Ternary polymer solar cells based on wide bandgap and narrow bandgap non-fullerene acceptors with an efficiency of 16.40 % and a low energy loss of 0.53 eV

Abstract

Polymer solar cells (PSCs) are based on a ternary bulk heterojunction (BHJ) active layer consisting of the conjugated polymer PTB7-Th as a donor and two non-fullerene acceptors, that is, a wide bandgap acceptor based on perylene-diimide (PDI) unit, TPhEPDI-4, and narrow bandgap A-D-A acceptor denoted as BThIND-Cl. The lowest unoccupied molecular orbital offset between donor and acceptor materials used for the binary PTB7-Th:BThIND-Cl BHJ is about 0.34 eV, so there is still scope to narrow this offset and further reduce the energy loss through the incorporation of a second acceptor in a ternary active layer of PSCs.

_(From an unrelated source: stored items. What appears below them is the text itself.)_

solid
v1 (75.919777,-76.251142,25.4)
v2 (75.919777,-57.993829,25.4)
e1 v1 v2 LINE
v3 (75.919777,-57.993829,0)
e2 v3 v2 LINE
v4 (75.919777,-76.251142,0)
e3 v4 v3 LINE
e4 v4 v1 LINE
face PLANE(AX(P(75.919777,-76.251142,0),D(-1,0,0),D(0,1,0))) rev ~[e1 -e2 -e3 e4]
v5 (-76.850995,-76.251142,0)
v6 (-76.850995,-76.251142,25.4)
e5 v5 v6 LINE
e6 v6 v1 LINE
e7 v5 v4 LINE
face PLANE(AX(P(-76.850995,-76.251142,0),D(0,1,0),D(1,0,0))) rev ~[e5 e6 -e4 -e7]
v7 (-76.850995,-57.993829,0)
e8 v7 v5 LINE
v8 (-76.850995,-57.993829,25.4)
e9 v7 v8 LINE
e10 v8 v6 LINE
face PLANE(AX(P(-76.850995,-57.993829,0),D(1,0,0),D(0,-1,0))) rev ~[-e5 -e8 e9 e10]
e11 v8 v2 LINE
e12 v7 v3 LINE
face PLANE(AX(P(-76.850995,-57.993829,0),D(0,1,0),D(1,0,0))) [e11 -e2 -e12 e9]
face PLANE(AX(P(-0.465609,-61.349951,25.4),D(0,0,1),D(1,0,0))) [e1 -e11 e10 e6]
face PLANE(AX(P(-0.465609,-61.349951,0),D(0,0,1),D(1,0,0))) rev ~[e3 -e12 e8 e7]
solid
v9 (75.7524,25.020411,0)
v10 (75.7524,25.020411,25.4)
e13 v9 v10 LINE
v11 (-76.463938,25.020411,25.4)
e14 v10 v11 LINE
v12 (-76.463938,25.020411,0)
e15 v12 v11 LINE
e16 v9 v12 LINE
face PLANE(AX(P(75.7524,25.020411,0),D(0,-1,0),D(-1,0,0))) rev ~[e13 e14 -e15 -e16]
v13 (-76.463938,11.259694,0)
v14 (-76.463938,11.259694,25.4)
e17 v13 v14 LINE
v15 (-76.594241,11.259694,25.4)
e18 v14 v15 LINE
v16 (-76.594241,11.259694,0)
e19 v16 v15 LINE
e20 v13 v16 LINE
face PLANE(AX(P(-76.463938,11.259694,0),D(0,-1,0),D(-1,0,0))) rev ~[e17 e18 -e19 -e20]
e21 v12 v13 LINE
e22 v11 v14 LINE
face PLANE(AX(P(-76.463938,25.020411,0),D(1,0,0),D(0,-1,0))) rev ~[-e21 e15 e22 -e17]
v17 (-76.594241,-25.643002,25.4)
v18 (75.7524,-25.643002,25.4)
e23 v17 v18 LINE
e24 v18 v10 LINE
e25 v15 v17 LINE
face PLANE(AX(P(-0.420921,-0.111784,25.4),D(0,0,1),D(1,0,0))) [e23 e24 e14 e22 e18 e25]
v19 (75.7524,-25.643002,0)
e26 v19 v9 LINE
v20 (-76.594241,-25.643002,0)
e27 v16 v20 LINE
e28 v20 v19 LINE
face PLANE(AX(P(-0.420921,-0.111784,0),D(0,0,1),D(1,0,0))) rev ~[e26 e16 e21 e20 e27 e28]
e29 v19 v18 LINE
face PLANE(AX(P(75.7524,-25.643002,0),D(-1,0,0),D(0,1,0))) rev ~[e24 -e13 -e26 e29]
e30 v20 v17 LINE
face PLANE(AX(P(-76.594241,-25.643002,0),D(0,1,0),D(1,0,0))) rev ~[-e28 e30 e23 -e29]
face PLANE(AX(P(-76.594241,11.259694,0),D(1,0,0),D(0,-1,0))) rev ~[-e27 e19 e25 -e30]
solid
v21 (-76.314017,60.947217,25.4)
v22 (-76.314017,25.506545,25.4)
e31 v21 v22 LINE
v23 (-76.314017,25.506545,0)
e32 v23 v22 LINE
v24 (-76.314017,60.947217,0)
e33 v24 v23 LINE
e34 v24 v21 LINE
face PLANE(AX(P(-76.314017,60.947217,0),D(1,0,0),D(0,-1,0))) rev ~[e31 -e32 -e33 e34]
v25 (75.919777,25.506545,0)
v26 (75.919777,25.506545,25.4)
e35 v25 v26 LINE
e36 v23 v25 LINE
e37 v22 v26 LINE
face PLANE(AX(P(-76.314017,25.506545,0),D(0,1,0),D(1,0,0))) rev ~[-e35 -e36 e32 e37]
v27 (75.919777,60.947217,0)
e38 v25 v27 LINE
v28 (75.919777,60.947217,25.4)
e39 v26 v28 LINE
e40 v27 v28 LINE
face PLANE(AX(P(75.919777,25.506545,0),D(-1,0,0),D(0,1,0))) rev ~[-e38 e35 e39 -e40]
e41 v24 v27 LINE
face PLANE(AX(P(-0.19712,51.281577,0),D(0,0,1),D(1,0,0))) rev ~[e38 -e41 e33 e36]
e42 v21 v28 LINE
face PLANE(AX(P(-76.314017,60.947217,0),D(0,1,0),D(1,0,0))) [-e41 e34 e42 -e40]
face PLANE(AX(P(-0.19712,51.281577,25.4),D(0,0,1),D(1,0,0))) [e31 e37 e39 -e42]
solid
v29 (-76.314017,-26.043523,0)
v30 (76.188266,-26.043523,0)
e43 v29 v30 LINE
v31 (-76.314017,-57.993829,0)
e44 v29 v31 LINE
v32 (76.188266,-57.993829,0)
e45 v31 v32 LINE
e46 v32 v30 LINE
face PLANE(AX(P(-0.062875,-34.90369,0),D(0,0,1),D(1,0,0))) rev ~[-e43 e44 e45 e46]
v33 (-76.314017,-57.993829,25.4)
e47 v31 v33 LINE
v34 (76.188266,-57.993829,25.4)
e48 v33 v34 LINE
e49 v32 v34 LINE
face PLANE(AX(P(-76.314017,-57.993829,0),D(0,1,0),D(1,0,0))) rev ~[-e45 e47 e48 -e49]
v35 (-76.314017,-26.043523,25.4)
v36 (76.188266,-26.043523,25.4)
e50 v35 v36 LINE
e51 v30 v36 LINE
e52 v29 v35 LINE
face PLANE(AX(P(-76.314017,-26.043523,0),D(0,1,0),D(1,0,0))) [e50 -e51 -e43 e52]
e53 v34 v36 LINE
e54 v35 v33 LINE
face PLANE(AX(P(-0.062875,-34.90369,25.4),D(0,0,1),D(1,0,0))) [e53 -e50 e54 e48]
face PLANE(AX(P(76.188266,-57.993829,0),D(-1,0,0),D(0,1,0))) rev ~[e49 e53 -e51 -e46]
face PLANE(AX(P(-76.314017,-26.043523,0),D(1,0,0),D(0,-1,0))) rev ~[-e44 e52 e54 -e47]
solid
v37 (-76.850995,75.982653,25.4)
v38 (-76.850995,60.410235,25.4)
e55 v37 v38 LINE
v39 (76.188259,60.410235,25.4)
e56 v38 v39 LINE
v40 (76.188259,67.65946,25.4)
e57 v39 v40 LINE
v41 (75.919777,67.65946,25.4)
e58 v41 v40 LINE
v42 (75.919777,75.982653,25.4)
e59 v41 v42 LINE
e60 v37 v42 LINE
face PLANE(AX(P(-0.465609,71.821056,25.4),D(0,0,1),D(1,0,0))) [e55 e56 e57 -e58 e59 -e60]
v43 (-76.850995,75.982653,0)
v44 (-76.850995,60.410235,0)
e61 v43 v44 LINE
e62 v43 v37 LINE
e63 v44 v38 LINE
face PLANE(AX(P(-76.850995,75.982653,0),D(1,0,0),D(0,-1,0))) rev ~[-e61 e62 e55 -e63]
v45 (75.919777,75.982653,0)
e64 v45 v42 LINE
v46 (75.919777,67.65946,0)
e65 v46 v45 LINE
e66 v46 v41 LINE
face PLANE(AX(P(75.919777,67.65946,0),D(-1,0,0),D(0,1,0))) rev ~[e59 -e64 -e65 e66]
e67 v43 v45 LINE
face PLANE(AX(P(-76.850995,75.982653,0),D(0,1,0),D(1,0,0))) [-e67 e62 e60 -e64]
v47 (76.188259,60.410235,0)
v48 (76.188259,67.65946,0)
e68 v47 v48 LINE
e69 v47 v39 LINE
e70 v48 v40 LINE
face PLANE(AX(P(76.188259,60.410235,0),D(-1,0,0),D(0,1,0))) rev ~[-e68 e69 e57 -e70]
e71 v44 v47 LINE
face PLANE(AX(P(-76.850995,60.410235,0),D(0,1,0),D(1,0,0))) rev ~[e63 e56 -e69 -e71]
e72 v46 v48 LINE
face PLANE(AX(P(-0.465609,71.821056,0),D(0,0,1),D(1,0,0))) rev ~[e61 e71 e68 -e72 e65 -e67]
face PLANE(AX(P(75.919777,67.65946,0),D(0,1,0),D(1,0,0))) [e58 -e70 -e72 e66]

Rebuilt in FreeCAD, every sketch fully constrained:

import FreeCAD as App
import Part
import Sketcher

V = App.Vector
Q = App.Units.Quantity

doc = App.newDocument("Part")
body = doc.addObject("PartDesign::Body", "Body")

# Sketch on XY plane
sketch1 = body.newObject("Sketcher::SketchObject", "Sketch")
sketch1.AttachmentSupport = (doc.getObject("XY_Plane"), [""])
sketch1.MapMode = "FlatFace"
sketch1.addGeometry([
    Part.LineSegment(V(-76.594241, 11.259694, 0), V(-76.594241, -25.643002, 0)),  # 0
    Part.LineSegment(V(-76.594241, -25.643002, 0), V(75.7524, -25.643002, 0)),  # 1
    Part.LineSegment(V(75.7524, -25.643002, 0), V(75.7524, 25.020411, 0)),  # 2
    Part.LineSegment(V(75.7524, 25.020411, 0), V(-76.463938, 25.020411, 0)),  # 3
    Part.LineSegment(V(-76.463938, 25.020411, 0), V(-76.463938, 11.259694, 0)),  # 4
    Part.LineSegment(V(-76.463938, 11.259694, 0), V(-76.594241, 11.259694, 0)),  # 5
], False)
sketch1.addConstraint([
    Sketcher.Constraint("Coincident", 0, 2, 1, 1),
    Sketcher.Constraint("Coincident", 1, 2, 2, 1),
    Sketcher.Constraint("Coincident", 2, 2, 3, 1),
    Sketcher.Constraint("Coincident", 3, 2, 4, 1),
    Sketcher.Constraint("Coincident", 4, 2, 5, 1),
    Sketcher.Constraint("Coincident", 5, 2, 0, 1),
    Sketcher.Constraint("Vertical", 0),
    Sketcher.Constraint("Horizontal", 1),
    Sketcher.Constraint("Vertical", 2),
    Sketcher.Constraint("Horizontal", 3),
    Sketcher.Constraint("Vertical", 4),
    Sketcher.Constraint("Horizontal", 5),
    Sketcher.Constraint("DistanceX", 1, 1, 1, 2, 152.346641),
    Sketcher.Constraint("DistanceX", -1, 1, 1, 2, 75.7524),
    Sketcher.Constraint("DistanceX", 3, 2, 3, 1, 152.216338),
    Sketcher.Constraint("DistanceY", 0, 2, 0, 1, 36.902696),
    Sketcher.Constraint("DistanceY", 2, 1, 2, 2, 50.663413),
    Sketcher.Constraint("DistanceY", -1, 1, 2, 2, 25.020411),
])
pad1 = body.newObject("PartDesign::Pad", "Pad")
pad1.Profile = sketch1
pad1.Length = Q("1 in")
body2 = doc.addObject("PartDesign::Body", "Body001")

# Sketch on XY plane
sketch2 = body2.newObject("Sketcher::SketchObject", "Sketch001")
sketch2.AttachmentSupport = (doc.getObject("XY_Plane001"), [""])
sketch2.MapMode = "FlatFace"
sketch2.addGeometry([
    Part.LineSegment(V(-76.314017, 60.947217, 0), V(-76.314017, 25.506545, 0)),
    Part.LineSegment(V(-76.314017, 25.506545, 0), V(75.919777, 25.506545, 0)),
    Part.LineSegment(V(75.919777, 25.506545, 0), V(75.919777, 60.947217, 0)),
    Part.LineSegment(V(75.919777, 60.947217, 0), V(-76.314017, 60.947217, 0)),
], False)
sketch2.addConstraint([
    Sketcher.Constraint("Coincident", 0, 2, 1, 1),
    Sketcher.Constraint("Coincident", 1, 2, 2, 1),
    Sketcher.Constraint("Coincident", 2, 2, 3, 1),
    Sketcher.Constraint("Coincident", 3, 2, 0, 1),
    Sketcher.Constraint("Vertical", 0),
    Sketcher.Constraint("Horizontal", 1),
    Sketcher.Constraint("Vertical", 2),
    Sketcher.Constraint("Horizontal", 3),
    Sketcher.Constraint("DistanceX", 1, 1, 1, 2, 152.233794),
    Sketcher.Constraint("DistanceY", 0, 2, 0, 1, 35.440672),
    Sketcher.Constraint("DistanceX", 0, 2, -1, 1, 76.314017),
    Sketcher.Constraint("DistanceY", -1, 1, 0, 2, 25.506545),
])
pad2 = body2.newObject("PartDesign::Pad", "Pad001")
pad2.Profile = sketch2
pad2.Length = Q("1 in")
body3 = doc.addObject("PartDesign::Body", "Body002")

# Sketch on XY plane
sketch3 = body3.newObject("Sketcher::SketchObject", "Sketch002")
sketch3.AttachmentSupport = (doc.getObject("XY_Plane002"), [""])
sketch3.MapMode = "FlatFace"
sketch3.addGeometry([
    Part.LineSegment(V(-76.314017, -26.043523, 0), V(-76.314017, -57.993829, 0)),
    Part.LineSegment(V(-76.314017, -57.993829, 0), V(76.188266, -57.993829, 0)),
    Part.LineSegment(V(76.188266, -57.993829, 0), V(76.188266, -26.043523, 0)),
    Part.LineSegment(V(76.188266, -26.043523, 0), V(-76.314017, -26.043523, 0)),
], False)
sketch3.addConstraint([
    Sketcher.Constraint("Coincident", 0, 2, 1, 1),
    Sketcher.Constraint("Coincident", 1, 2, 2, 1),
    Sketcher.Constraint("Coincident", 2, 2, 3, 1),
    Sketcher.Constraint("Coincident", 3, 2, 0, 1),
    Sketcher.Constraint("Vertical", 0),
    Sketcher.Constraint("Horizontal", 1),
    Sketcher.Constraint("Vertical", 2),
    Sketcher.Constraint("Horizontal", 3),
    Sketcher.Constraint("DistanceX", 1, 1, 1, 2, 152.502283),
    Sketcher.Constraint("DistanceY", 0, 2, 0, 1, 31.950306),
    Sketcher.Constraint("DistanceY", 0, 2, -1, 1, 57.993829),
    Sketcher.Constraint("DistanceX", 0, 2, -1, 1, 76.314017),
])
pad3 = body3.newObject("PartDesign::Pad", "Pad002")
pad3.Profile = sketch3
pad3.Length = Q("1 in")
body4 = doc.addObject("PartDesign::Body", "Body003")

# Sketch on XY plane
sketch4 = body4.newObject("Sketcher::SketchObject", "Sketch003")
sketch4.AttachmentSupport = (doc.getObject("XY_Plane003"), [""])
sketch4.MapMode = "FlatFace"
sketch4.addGeometry([
    Part.LineSegment(V(-76.850995, 75.982653, 0), V(-76.850995, 60.410235, 0)),  # 0
    Part.LineSegment(V(-76.850995, 60.410235, 0), V(76.188259, 60.410235, 0)),  # 1
    Part.LineSegment(V(76.188259, 60.410235, 0), V(76.188259, 67.65946, 0)),  # 2
    Part.LineSegment(V(76.188259, 67.65946, 0), V(75.919777, 67.65946, 0)),  # 3
    Part.LineSegment(V(75.919777, 67.65946, 0), V(75.919777, 75.982653, 0)),  # 4
    Part.LineSegment(V(75.919777, 75.982653, 0), V(-76.850995, 75.982653, 0)),  # 5
], False)
sketch4.addConstraint([
    Sketcher.Constraint("Coincident", 0, 2, 1, 1),
    Sketcher.Constraint("Coincident", 1, 2, 2, 1),
    Sketcher.Constraint("Coincident", 2, 2, 3, 1),
    Sketcher.Constraint("Coincident", 3, 2, 4, 1),
    Sketcher.Constraint("Coincident", 4, 2, 5, 1),
    Sketcher.Constraint("Coincident", 5, 2, 0, 1),
    Sketcher.Constraint("Vertical", 0),
    Sketcher.Constraint("Horizontal", 1),
    Sketcher.Constraint("Vertical", 2),
    Sketcher.Constraint("Horizontal", 3),
    Sketcher.Constraint("Vertical", 4),
    Sketcher.Constraint("Horizontal", 5),
    Sketcher.Constraint("DistanceX", 3, 2, 3, 1, 0.268482),
    Sketcher.Constraint("DistanceX", 1, 1, 1, 2, 153.039254),
    Sketcher.Constraint("DistanceY", 0, 2, 0, 1, 15.572418),
    Sketcher.Constraint("DistanceY", 2, 1, 2, 2, 7.249225),
    Sketcher.Constraint("DistanceX", -1, 1, 1, 2, 76.188259),
    Sketcher.Constraint("DistanceY", -1, 1, 2, 2, 67.65946),
])
pad4 = body4.newObject("PartDesign::Pad", "Pad003")
pad4.Profile = sketch4
pad4.Length = Q("1 in")
body5 = doc.addObject("PartDesign::Body", "Body004")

Interestingly, when TPhEPDI-4 is used as the second acceptor, there is an increase in open-circuit voltage (VOC) for the PSCs based on the PTB7-Th:TPhEPDI-4:BThIND-Cl ternary system owing to the creation of a cascade LUMO energy level alignment by TPhEPDI-4. After adjusting the weight ratios in the PTB7-Th:TPhEPDI-4:BThIND-Cl ternary BHJ layer to 1: 0.2:1.0 and subsequent solvent vapor annealing, we have achieved a power conversion efficiency of 16.40% (an energy loss of 0.53 eV and a VOC of 0.97 V) which is higher than that for binary PTB7-Th:BThIND-Cl (1:1.2) (14.18% with energy loss and an VOC of 0.58 eV and 0.91 V).